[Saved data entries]
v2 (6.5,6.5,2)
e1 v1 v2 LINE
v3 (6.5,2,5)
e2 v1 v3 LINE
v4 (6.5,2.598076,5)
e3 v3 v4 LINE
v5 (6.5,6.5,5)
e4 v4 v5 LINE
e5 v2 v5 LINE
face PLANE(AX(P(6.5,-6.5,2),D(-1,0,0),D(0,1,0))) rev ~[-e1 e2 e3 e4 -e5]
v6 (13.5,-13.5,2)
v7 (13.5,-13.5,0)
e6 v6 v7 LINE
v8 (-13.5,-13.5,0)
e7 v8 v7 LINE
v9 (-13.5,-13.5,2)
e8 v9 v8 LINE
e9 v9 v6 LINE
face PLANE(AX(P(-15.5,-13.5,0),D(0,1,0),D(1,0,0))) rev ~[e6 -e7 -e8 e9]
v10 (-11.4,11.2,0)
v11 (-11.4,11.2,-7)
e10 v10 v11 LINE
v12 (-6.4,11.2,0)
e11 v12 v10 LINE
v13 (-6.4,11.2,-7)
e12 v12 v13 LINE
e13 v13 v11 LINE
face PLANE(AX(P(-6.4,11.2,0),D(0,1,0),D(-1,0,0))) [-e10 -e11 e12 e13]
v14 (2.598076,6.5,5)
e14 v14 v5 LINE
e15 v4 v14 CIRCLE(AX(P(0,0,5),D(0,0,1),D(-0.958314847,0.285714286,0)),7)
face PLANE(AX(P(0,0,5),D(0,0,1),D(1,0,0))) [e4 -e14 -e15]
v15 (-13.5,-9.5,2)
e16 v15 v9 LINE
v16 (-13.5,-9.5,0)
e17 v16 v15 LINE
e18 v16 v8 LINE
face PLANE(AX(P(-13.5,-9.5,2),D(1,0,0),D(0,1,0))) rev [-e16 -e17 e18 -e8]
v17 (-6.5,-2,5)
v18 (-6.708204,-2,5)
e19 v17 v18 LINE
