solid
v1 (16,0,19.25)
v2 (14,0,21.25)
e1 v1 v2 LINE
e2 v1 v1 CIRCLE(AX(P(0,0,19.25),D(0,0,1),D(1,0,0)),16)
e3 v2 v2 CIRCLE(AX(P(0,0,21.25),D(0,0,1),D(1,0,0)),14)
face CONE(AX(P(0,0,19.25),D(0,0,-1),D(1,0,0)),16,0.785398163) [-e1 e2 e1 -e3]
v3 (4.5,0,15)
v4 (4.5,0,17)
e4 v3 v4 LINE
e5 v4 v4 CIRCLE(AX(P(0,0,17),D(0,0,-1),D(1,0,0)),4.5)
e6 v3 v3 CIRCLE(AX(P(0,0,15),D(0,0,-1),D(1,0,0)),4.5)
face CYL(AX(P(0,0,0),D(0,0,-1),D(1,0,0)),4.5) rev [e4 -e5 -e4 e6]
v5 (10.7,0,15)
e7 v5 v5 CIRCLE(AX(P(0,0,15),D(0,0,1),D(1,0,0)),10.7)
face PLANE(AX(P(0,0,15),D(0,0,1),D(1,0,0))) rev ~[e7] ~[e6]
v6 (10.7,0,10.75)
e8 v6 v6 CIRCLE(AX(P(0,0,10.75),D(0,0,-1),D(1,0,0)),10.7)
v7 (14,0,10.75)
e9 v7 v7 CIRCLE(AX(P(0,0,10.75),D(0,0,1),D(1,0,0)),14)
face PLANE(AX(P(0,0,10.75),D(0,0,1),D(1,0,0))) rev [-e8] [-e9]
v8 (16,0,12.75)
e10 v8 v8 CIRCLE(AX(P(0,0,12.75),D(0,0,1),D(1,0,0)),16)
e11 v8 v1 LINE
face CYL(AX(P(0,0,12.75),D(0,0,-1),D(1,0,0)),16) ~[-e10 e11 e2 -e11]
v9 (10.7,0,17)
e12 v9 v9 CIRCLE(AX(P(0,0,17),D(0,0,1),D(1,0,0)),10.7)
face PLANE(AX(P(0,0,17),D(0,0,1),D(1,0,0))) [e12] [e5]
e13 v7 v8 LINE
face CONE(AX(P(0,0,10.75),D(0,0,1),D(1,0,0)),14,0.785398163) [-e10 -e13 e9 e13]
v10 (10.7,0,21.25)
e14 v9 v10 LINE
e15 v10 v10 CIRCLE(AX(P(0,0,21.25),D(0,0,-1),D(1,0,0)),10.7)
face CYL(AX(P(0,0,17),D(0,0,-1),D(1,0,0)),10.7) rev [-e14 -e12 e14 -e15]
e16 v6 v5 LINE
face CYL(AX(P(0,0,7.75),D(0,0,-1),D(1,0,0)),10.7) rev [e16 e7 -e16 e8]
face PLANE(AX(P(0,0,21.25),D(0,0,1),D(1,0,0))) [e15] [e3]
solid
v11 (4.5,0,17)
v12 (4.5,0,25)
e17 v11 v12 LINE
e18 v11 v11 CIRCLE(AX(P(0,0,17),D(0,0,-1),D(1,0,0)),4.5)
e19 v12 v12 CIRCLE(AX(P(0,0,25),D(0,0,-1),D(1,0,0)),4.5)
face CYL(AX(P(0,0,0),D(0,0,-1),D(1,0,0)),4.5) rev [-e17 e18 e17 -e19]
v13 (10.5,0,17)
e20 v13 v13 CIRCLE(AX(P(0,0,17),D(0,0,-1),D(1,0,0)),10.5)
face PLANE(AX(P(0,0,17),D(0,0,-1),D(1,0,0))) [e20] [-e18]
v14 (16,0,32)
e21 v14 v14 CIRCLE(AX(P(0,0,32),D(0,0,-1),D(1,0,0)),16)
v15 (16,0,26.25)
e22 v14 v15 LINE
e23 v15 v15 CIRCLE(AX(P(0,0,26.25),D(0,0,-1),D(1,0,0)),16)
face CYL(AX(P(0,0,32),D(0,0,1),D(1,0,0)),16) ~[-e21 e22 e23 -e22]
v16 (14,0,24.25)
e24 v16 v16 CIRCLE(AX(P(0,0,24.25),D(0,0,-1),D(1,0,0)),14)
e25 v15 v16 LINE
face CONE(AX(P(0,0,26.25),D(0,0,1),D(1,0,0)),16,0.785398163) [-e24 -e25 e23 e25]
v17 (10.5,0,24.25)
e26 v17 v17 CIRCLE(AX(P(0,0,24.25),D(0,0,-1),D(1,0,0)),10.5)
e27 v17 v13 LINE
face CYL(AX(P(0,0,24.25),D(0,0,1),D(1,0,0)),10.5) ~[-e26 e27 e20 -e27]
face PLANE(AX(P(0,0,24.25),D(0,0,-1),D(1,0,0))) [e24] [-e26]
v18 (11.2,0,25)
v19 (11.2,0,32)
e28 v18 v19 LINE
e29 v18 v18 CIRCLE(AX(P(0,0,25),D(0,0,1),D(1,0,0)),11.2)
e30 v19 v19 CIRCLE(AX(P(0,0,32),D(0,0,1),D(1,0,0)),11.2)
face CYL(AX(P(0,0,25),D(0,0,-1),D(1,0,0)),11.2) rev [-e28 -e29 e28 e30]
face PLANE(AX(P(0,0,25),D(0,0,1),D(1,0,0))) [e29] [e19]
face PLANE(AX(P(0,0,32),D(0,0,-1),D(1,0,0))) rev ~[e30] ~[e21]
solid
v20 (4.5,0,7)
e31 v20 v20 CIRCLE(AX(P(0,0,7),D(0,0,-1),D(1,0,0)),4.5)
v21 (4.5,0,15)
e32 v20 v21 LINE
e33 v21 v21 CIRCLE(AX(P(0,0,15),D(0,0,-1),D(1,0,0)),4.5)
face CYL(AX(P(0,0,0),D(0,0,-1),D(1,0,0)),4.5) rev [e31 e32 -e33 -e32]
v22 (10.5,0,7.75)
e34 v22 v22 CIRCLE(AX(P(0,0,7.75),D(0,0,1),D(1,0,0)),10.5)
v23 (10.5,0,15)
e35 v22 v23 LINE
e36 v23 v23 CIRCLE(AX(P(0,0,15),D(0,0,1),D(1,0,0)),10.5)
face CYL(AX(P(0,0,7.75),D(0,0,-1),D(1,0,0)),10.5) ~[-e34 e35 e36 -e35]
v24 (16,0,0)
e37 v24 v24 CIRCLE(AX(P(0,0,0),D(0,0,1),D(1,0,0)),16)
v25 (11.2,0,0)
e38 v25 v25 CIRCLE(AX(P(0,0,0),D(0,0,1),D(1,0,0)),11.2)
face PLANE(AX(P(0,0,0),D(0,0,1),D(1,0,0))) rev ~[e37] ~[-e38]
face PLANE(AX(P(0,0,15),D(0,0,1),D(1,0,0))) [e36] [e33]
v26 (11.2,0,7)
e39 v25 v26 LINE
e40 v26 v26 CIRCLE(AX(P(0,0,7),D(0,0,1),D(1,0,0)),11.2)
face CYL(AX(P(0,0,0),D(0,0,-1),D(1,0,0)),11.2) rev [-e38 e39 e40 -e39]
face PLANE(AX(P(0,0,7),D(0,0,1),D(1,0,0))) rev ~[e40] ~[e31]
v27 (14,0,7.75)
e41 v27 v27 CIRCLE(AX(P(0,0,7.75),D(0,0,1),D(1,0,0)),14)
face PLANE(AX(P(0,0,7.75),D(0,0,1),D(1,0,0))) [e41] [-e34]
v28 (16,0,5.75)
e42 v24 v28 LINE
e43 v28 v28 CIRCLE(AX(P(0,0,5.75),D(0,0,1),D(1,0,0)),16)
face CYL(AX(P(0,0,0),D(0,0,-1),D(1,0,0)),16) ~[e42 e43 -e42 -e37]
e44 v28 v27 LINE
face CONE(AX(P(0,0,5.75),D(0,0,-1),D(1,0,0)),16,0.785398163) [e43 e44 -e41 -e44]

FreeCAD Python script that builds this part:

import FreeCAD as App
import Part
import Sketcher

V = App.Vector

doc = App.newDocument("Part")
params = doc.addObject("Spreadsheet::Sheet", "Params")
for row, (alias, value) in enumerate([
    ("sketch1_diameter", "21.4 mm"),
    ("pad1_length", "7.25 mm"),
    ("sketch2_diameter", "9 mm"),
    ("pad2_length", "32 mm"),
    ("sketch3_diameter", "21.4 mm"),
    ("pad3_length", "7.25 mm"),
    ("sketch4_width", "16 mm"),
    ("sketch4_width2", "14 mm"),
    ("sketch4_height", "2 mm"),
    ("revolution_angle", "360 deg"),
    ("sketch5_width", "14 mm"),
    ("sketch5_width2", "16 mm"),
    ("sketch5_height", "2 mm"),
    ("revolution2_angle", "360 deg"),
    ("sketch6_diameter", "32 mm"),
    ("pad4_length", "6.5 mm"),
    ("sketch7_diameter", "22.4 mm"),
    ("pad5_length", "7 mm"),
    ("sketch8_diameter", "9 mm"),
    ("pad6_length", "32 mm"),
    ("sketch9_width", "16 mm"),
    ("sketch9_width2", "14 mm"),
    ("sketch9_height", "2 mm"),
    ("revolution3_angle", "360 deg"),
    ("sketch10_diameter", "21 mm"),
    ("pad7_length", "7.25 mm"),
    ("sketch11_diameter", "32 mm"),
    ("pad8_length", "5.75 mm"),
    ("sketch12_diameter", "22.4 mm"),
    ("pad9_length", "7 mm"),
    ("sketch13_diameter", "9 mm"),
    ("pad10_length", "32 mm"),
    ("sketch14_width", "16 mm"),
    ("sketch14_width2", "14 mm"),
    ("sketch14_height", "2 mm"),
    ("revolution4_angle", "360 deg"),
    ("sketch15_diameter", "21 mm"),
    ("pad11_length", "7.25 mm"),
    ("sketch16_diameter", "32 mm"),
    ("pad12_length", "5.75 mm"),
], start=1):
    params.set(f"A{row}", alias)
    params.set(f"B{row}", "=" + value)
    params.setAlias(f"B{row}", alias)

body = doc.addObject("PartDesign::Body", "Body")

# Sketch on XY plane
sketch1 = body.newObject("Sketcher::SketchObject", "Sketch")
sketch1.AttachmentSupport = (doc.getObject("XY_Plane"), [""])
sketch1.MapMode = "FlatFace"
sketch1.AttachmentOffset = App.Placement(V(0, 0, 7.75), App.Rotation())
sketch1.addGeometry(Part.Circle(V(0, 0, 0), V(0, 0, 1), 11), False)
sketch1.addConstraint([
    Sketcher.Constraint("Coincident", 0, 3, -1, 1),
    Sketcher.Constraint("Diameter", 0, 21.4),
])
sketch1.setExpression("Constraints[1]", "Params.sketch1_diameter")
pad1 = body.newObject("PartDesign::Pad", "Pad")
pad1.Profile = sketch1
pad1.setExpression("Length", "Params.pad1_length")
body2 = doc.addObject("PartDesign::Body", "Body001")

# Sketch on XY plane
sketch2 = body2.newObject("Sketcher::SketchObject", "Sketch001")
sketch2.AttachmentSupport = (doc.getObject("XY_Plane001"), [""])
sketch2.MapMode = "FlatFace"
sketch2.addGeometry(Part.Circle(V(0, 0, 0), V(0, 0, 1), 4.5), False)
sketch2.addConstraint([
    Sketcher.Constraint("Coincident", 0, 3, -1, 1),
    Sketcher.Constraint("Diameter", 0, 9.0),
])
sketch2.setExpression("Constraints[1]", "Params.sketch2_diameter")
pad2 = body2.newObject("PartDesign::Pad", "Pad001")
pad2.Profile = sketch2
pad2.setExpression("Length", "Params.pad2_length")
body3 = doc.addObject("PartDesign::Body", "Body002")
body3.AllowCompound = True

# Sketch on XY plane
sketch3 = body3.newObject("Sketcher::SketchObject", "Sketch002")
sketch3.AttachmentSupport = (doc.getObject("XY_Plane002"), [""])
sketch3.MapMode = "FlatFace"
sketch3.AttachmentOffset = App.Placement(V(0, 0, 17), App.Rotation())
sketch3.addGeometry(Part.Circle(V(0, 0, 0), V(0, 0, 1), 11), False)
sketch3.addConstraint([
    Sketcher.Constraint("Coincident", 0, 3, -1, 1),
    Sketcher.Constraint("Diameter", 0, 21.4),
])
sketch3.setExpression("Constraints[1]", "Params.sketch3_diameter")
pad3 = body3.newObject("PartDesign::Pad", "Pad002")
pad3.Profile = sketch3
pad3.setExpression("Length", "Params.pad3_length")
doc.recompute()

boolean = body3.newObject("PartDesign::Boolean", "Boolean")
boolean.Type = "Fuse"
boolean.addObjects([body])
doc.recompute()

boolean2 = body3.newObject("PartDesign::Boolean", "Boolean001")
boolean2.Type = "Fuse"
boolean2.addObjects([body2])
body4 = doc.addObject("PartDesign::Body", "Body003")

# Sketch on XZ plane
sketch4 = body4.newObject("Sketcher::SketchObject", "Sketch003")
sketch4.AttachmentSupport = (doc.getObject("XZ_Plane003"), [""])
sketch4.MapMode = "FlatFace"
sketch4.addGeometry([
    Part.LineSegment(V(0, 8.5, 0), V(16, 8.5, 0)),
    Part.LineSegment(V(16, 8.5, 0), V(14, 10.5, 0)),
    Part.LineSegment(V(14, 10.5, 0), V(0, 10.5, 0)),
    Part.LineSegment(V(0, 10.5, 0), V(0, 8.5, 0)),
], False)
sketch4.addConstraint([
    Sketcher.Constraint("Coincident", 0, 2, 1, 1),
    Sketcher.Constraint("Coincident", 1, 2, 2, 1),
    Sketcher.Constraint("Coincident", 2, 2, 3, 1),
    Sketcher.Constraint("Coincident", 3, 2, 0, 1),
    Sketcher.Constraint("Horizontal", 0),
    Sketcher.Constraint("Horizontal", 2),
    Sketcher.Constraint("Vertical", 3),
    Sketcher.Constraint("PointOnObject", 2, 2, -2),
    Sketcher.Constraint("DistanceX", 0, 1, 0, 2, 16.0),
    Sketcher.Constraint("DistanceX", 2, 2, 2, 1, 14.0),
    Sketcher.Constraint("DistanceY", 3, 2, 3, 1, 2.0),
    Sketcher.Constraint("DistanceY", -1, 1, 0, 2, 8.5),
])
sketch4.setExpression("Constraints[8]", "Params.sketch4_width")
sketch4.setExpression("Constraints[9]", "Params.sketch4_width2")
sketch4.setExpression("Constraints[10]", "Params.sketch4_height")
revolution = body4.newObject("PartDesign::Revolution", "Revolution")
revolution.Profile = sketch4
revolution.ReferenceAxis = (sketch4, ["V_Axis"])
revolution.setExpression("Angle", "Params.revolution_angle")
body5 = doc.addObject("PartDesign::Body", "Body004")

# Sketch on XZ plane
sketch5 = body5.newObject("Sketcher::SketchObject", "Sketch004")
sketch5.AttachmentSupport = (doc.getObject("XZ_Plane004"), [""])
sketch5.MapMode = "FlatFace"
sketch5.addGeometry([
    Part.LineSegment(V(0, 0, 0), V(14, 0, 0)),
    Part.LineSegment(V(14, 0, 0), V(16, 2, 0)),
    Part.LineSegment(V(16, 2, 0), V(0, 2, 0)),
    Part.LineSegment(V(0, 2, 0), V(0, 0, 0)),
], False)
sketch5.addConstraint([
    Sketcher.Constraint("Coincident", 0, 2, 1, 1),
    Sketcher.Constraint("Coincident", 1, 2, 2, 1),
    Sketcher.Constraint("Coincident", 2, 2, 3, 1),
    Sketcher.Constraint("Coincident", 3, 2, 0, 1),
    Sketcher.Constraint("Horizontal", 0),
    Sketcher.Constraint("Horizontal", 2),
    Sketcher.Constraint("Vertical", 3),
    Sketcher.Constraint("Coincident", 3, 2, -1, 1),
    Sketcher.Constraint("DistanceX", 0, 1, 0, 2, 14.0),
    Sketcher.Constraint("DistanceX", 2, 2, 2, 1, 16.0),
    Sketcher.Constraint("DistanceY", 3, 2, 3, 1, 2.0),
])
sketch5.setExpression("Constraints[8]", "Params.sketch5_width")
sketch5.setExpression("Constraints[9]", "Params.sketch5_width2")
sketch5.setExpression("Constraints[10]", "Params.sketch5_height")
revolution2 = body5.newObject("PartDesign::Revolution", "Revolution001")
revolution2.Profile = sketch5
revolution2.ReferenceAxis = (sketch5, ["V_Axis"])
revolution2.setExpression("Angle", "Params.revolution2_angle")
body6 = doc.addObject("PartDesign::Body", "Body005")

# Sketch on XY plane
sketch6 = body6.newObject("Sketcher::SketchObject", "Sketch005")
sketch6.AttachmentSupport = (doc.getObject("XY_Plane005"), [""])
sketch6.MapMode = "FlatFace"
sketch6.AttachmentOffset = App.Placement(V(0, 0, 2), App.Rotation())
sketch6.addGeometry(Part.Circle(V(0, 0, 0), V(0, 0, 1), 16), False)
sketch6.addConstraint([
    Sketcher.Constraint("Coincident", 0, 3, -1, 1),
    Sketcher.Constraint("Diameter", 0, 32.0),
])
sketch6.setExpression("Constraints[1]", "Params.sketch6_diameter")
pad4 = body6.newObject("PartDesign::Pad", "Pad003")
pad4.Profile = sketch6
pad4.setExpression("Length", "Params.pad4_length")
doc.recompute()

boolean3 = body6.newObject("PartDesign::Boolean", "Boolean002")
boolean3.Type = "Fuse"
boolean3.addObjects([body4])
doc.recompute()

boolean4 = body6.newObject("PartDesign::Boolean", "Boolean003")
boolean4.Type = "Fuse"
boolean4.addObjects([body5])
body7 = doc.addObject("PartDesign::Body", "Body006")
doc.recompute()

body6.Placement = App.Placement(V(0, 0, 10.75), App.Rotation(V(0, 0, 1), 0))
boolean5 = body7.newObject("PartDesign::Boolean", "Boolean004")
boolean5.Type = "Fuse"
boolean5.addObjects([body6])
doc.recompute()

boolean6 = body7.newObject("PartDesign::Boolean", "Boolean005")
boolean6.Type = "Cut"
boolean6.addObjects([body3])
body8 = doc.addObject("PartDesign::Body", "Body007")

* _GOAL OF THE EXERCISE_: Only lines holding the string "CONE" are wanted; gather each one from the entries above.

* _REPLY TO THE TASK_:
face CONE(AX(P(0,0,19.25),D(0,0,-1),D(1,0,0)),16,0.785398163) [-e1 e2 e1 -e3]
face CONE(AX(P(0,0,10.75),D(0,0,1),D(1,0,0)),14,0.785398163) [-e10 -e13 e9 e13]
face CONE(AX(P(0,0,26.25),D(0,0,1),D(1,0,0)),16,0.785398163) [-e24 -e25 e23 e25]
face CONE(AX(P(0,0,5.75),D(0,0,-1),D(1,0,0)),16,0.785398163) [e43 e44 -e41 -e44]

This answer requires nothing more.